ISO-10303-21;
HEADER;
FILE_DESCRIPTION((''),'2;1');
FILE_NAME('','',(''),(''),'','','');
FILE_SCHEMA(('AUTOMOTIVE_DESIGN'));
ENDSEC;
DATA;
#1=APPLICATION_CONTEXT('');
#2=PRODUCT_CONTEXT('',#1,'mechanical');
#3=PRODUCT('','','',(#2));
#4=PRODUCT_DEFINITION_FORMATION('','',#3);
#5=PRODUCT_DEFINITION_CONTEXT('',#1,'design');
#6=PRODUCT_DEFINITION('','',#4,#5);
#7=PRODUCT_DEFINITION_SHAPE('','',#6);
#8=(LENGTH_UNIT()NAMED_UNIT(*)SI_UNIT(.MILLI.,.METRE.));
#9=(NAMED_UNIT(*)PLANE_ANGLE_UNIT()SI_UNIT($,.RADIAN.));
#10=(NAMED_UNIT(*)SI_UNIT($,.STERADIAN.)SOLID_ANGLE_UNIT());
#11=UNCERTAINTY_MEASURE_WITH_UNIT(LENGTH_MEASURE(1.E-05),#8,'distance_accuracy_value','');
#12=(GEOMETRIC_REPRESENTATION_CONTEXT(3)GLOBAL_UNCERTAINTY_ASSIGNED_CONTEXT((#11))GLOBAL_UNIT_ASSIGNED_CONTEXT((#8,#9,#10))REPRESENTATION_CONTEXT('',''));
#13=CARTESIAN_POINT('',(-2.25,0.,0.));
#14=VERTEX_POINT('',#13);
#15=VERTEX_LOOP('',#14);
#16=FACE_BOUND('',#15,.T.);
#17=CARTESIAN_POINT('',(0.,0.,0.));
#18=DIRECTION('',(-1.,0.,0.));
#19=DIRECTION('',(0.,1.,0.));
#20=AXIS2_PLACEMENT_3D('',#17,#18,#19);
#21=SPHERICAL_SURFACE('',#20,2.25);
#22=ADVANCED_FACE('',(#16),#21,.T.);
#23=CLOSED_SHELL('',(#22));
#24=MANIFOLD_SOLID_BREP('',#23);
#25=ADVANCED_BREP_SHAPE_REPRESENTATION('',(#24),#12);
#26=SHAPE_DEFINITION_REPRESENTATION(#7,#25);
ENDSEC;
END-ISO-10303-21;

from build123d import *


with BuildPart() as part:
    # Sketch1 → Revolve1 (revolve)
    with BuildSketch(Plane.XY):
        with BuildLine():
            Line((-2.25, 0), (2.25, 0))
            ThreePointArc((2.25, 0), (0, -2.25), (-2.25, 0))
        make_face()
    revolve(axis=Axis((-2.25, 0, 0), (1, 0, 0)))


solid = part.part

Work instructions ::
All lines from the first line of the listing above through the line containing "END-ISO-10303-21;" are to be retyped exactly. Leave out any other line.

Solution to this problem ::
ISO-10303-21;
HEADER;
FILE_DESCRIPTION((''),'2;1');
FILE_NAME('','',(''),(''),'','','');
FILE_SCHEMA(('AUTOMOTIVE_DESIGN'));
ENDSEC;
DATA;
#1=APPLICATION_CONTEXT('');
#2=PRODUCT_CONTEXT('',#1,'mechanical');
#3=PRODUCT('','','',(#2));
#4=PRODUCT_DEFINITION_FORMATION('','',#3);
#5=PRODUCT_DEFINITION_CONTEXT('',#1,'design');
#6=PRODUCT_DEFINITION('','',#4,#5);
#7=PRODUCT_DEFINITION_SHAPE('','',#6);
#8=(LENGTH_UNIT()NAMED_UNIT(*)SI_UNIT(.MILLI.,.METRE.));
#9=(NAMED_UNIT(*)PLANE_ANGLE_UNIT()SI_UNIT($,.RADIAN.));
#10=(NAMED_UNIT(*)SI_UNIT($,.STERADIAN.)SOLID_ANGLE_UNIT());
#11=UNCERTAINTY_MEASURE_WITH_UNIT(LENGTH_MEASURE(1.E-05),#8,'distance_accuracy_value','');
#12=(GEOMETRIC_REPRESENTATION_CONTEXT(3)GLOBAL_UNCERTAINTY_ASSIGNED_CONTEXT((#11))GLOBAL_UNIT_ASSIGNED_CONTEXT((#8,#9,#10))REPRESENTATION_CONTEXT('',''));
#13=CARTESIAN_POINT('',(-2.25,0.,0.));
#14=VERTEX_POINT('',#13);
#15=VERTEX_LOOP('',#14);
#16=FACE_BOUND('',#15,.T.);
#17=CARTESIAN_POINT('',(0.,0.,0.));
#18=DIRECTION('',(-1.,0.,0.));
#19=DIRECTION('',(0.,1.,0.));
#20=AXIS2_PLACEMENT_3D('',#17,#18,#19);
#21=SPHERICAL_SURFACE('',#20,2.25);
#22=ADVANCED_FACE('',(#16),#21,.T.);
#23=CLOSED_SHELL('',(#22));
#24=MANIFOLD_SOLID_BREP('',#23);
#25=ADVANCED_BREP_SHAPE_REPRESENTATION('',(#24),#12);
#26=SHAPE_DEFINITION_REPRESENTATION(#7,#25);
ENDSEC;
END-ISO-10303-21;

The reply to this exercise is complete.